Records from a data collection:
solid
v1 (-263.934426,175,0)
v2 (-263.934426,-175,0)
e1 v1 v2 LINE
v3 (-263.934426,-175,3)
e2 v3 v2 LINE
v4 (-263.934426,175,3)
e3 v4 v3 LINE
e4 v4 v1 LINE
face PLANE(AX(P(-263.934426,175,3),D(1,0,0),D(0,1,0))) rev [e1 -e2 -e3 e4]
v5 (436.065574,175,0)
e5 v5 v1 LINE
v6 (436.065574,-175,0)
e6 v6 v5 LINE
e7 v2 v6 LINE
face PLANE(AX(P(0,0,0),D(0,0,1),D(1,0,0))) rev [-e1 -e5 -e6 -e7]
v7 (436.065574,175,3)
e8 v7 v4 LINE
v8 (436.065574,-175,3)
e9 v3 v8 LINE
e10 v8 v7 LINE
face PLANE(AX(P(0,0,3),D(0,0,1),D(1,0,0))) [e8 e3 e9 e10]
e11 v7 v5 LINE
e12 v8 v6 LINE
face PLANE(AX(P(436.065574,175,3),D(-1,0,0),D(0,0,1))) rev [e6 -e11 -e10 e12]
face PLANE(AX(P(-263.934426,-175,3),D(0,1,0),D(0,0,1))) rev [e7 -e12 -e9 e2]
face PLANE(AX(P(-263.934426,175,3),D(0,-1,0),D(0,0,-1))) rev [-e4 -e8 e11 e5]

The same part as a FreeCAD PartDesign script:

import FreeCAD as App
import Part
import Sketcher


def add_polygon(sketch, points):
    """Adds a closed chain of lines whose ends are joined by coincident constraints."""
    first, n = sketch.GeometryCount, len(points)
    for a, b in zip(points, points[1:] + points[:1]):
        sketch.addGeometry(Part.LineSegment(App.Vector(*a, 0), App.Vector(*b, 0)), False)
    for i in range(n):
        sketch.addConstraint(Sketcher.Constraint("Coincident", first + i, 2, first + (i + 1) % n, 1))

doc = App.newDocument("Part")
body = doc.addObject("PartDesign::Body", "Body")

sketch1 = body.newObject("Sketcher::SketchObject", "Sketch")
sketch1.AttachmentSupport = (doc.getObject("XY_Plane"), [""])
sketch1.MapMode = "FlatFace"
add_polygon(sketch1, [(-264, 175), (-264, -175), (436, -175), (436, 175)])
sketch1.addConstraint(Sketcher.Constraint("Vertical", 0))
sketch1.addConstraint(Sketcher.Constraint("Horizontal", 1))
sketch1.addConstraint(Sketcher.Constraint("Vertical", 2))
sketch1.addConstraint(Sketcher.Constraint("Horizontal", 3))
sketch1.addConstraint(Sketcher.Constraint("DistanceX", 1, 1, 1, 2, 700.0))
sketch1.addConstraint(Sketcher.Constraint("DistanceY", 0, 2, 0, 1, 350.0))
sketch1.addConstraint(Sketcher.Constraint("DistanceY", 0, 2, -1, 1, 175.0))
sketch1.addConstraint(Sketcher.Constraint("DistanceX", 0, 2, -1, 1, 263.934426))
pad1 = body.newObject("PartDesign::Pad", "Pad")
pad1.Profile = sketch1
pad1.Length = 3

doc.recompute()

Requirement: Up to and including the line that holds "face PLANE(AX(P(-263.934426,175,3),D(0,-1,0),D(0,0,-1))) rev", reproduce the records above exactly from their first line, and give nothing else.

Answer space:
solid
v1 (-263.934426,175,0)
v2 (-263.934426,-175,0)
e1 v1 v2 LINE
v3 (-263.934426,-175,3)
e2 v3 v2 LINE
v4 (-263.934426,175,3)
e3 v4 v3 LINE
e4 v4 v1 LINE
face PLANE(AX(P(-263.934426,175,3),D(1,0,0),D(0,1,0))) rev [e1 -e2 -e3 e4]
v5 (436.065574,175,0)
e5 v5 v1 LINE
v6 (436.065574,-175,0)
e6 v6 v5 LINE
e7 v2 v6 LINE
face PLANE(AX(P(0,0,0),D(0,0,1),D(1,0,0))) rev [-e1 -e5 -e6 -e7]
v7 (436.065574,175,3)
e8 v7 v4 LINE
v8 (436.065574,-175,3)
e9 v3 v8 LINE
e10 v8 v7 LINE
face PLANE(AX(P(0,0,3),D(0,0,1),D(1,0,0))) [e8 e3 e9 e10]
e11 v7 v5 LINE
e12 v8 v6 LINE
face PLANE(AX(P(436.065574,175,3),D(-1,0,0),D(0,0,1))) rev [e6 -e11 -e10 e12]
face PLANE(AX(P(-263.934426,-175,3),D(0,1,0),D(0,0,1))) rev [e7 -e12 -e9 e2]
face PLANE(AX(P(-263.934426,175,3),D(0,-1,0),D(0,0,-1))) rev [-e4 -e8 e11 e5]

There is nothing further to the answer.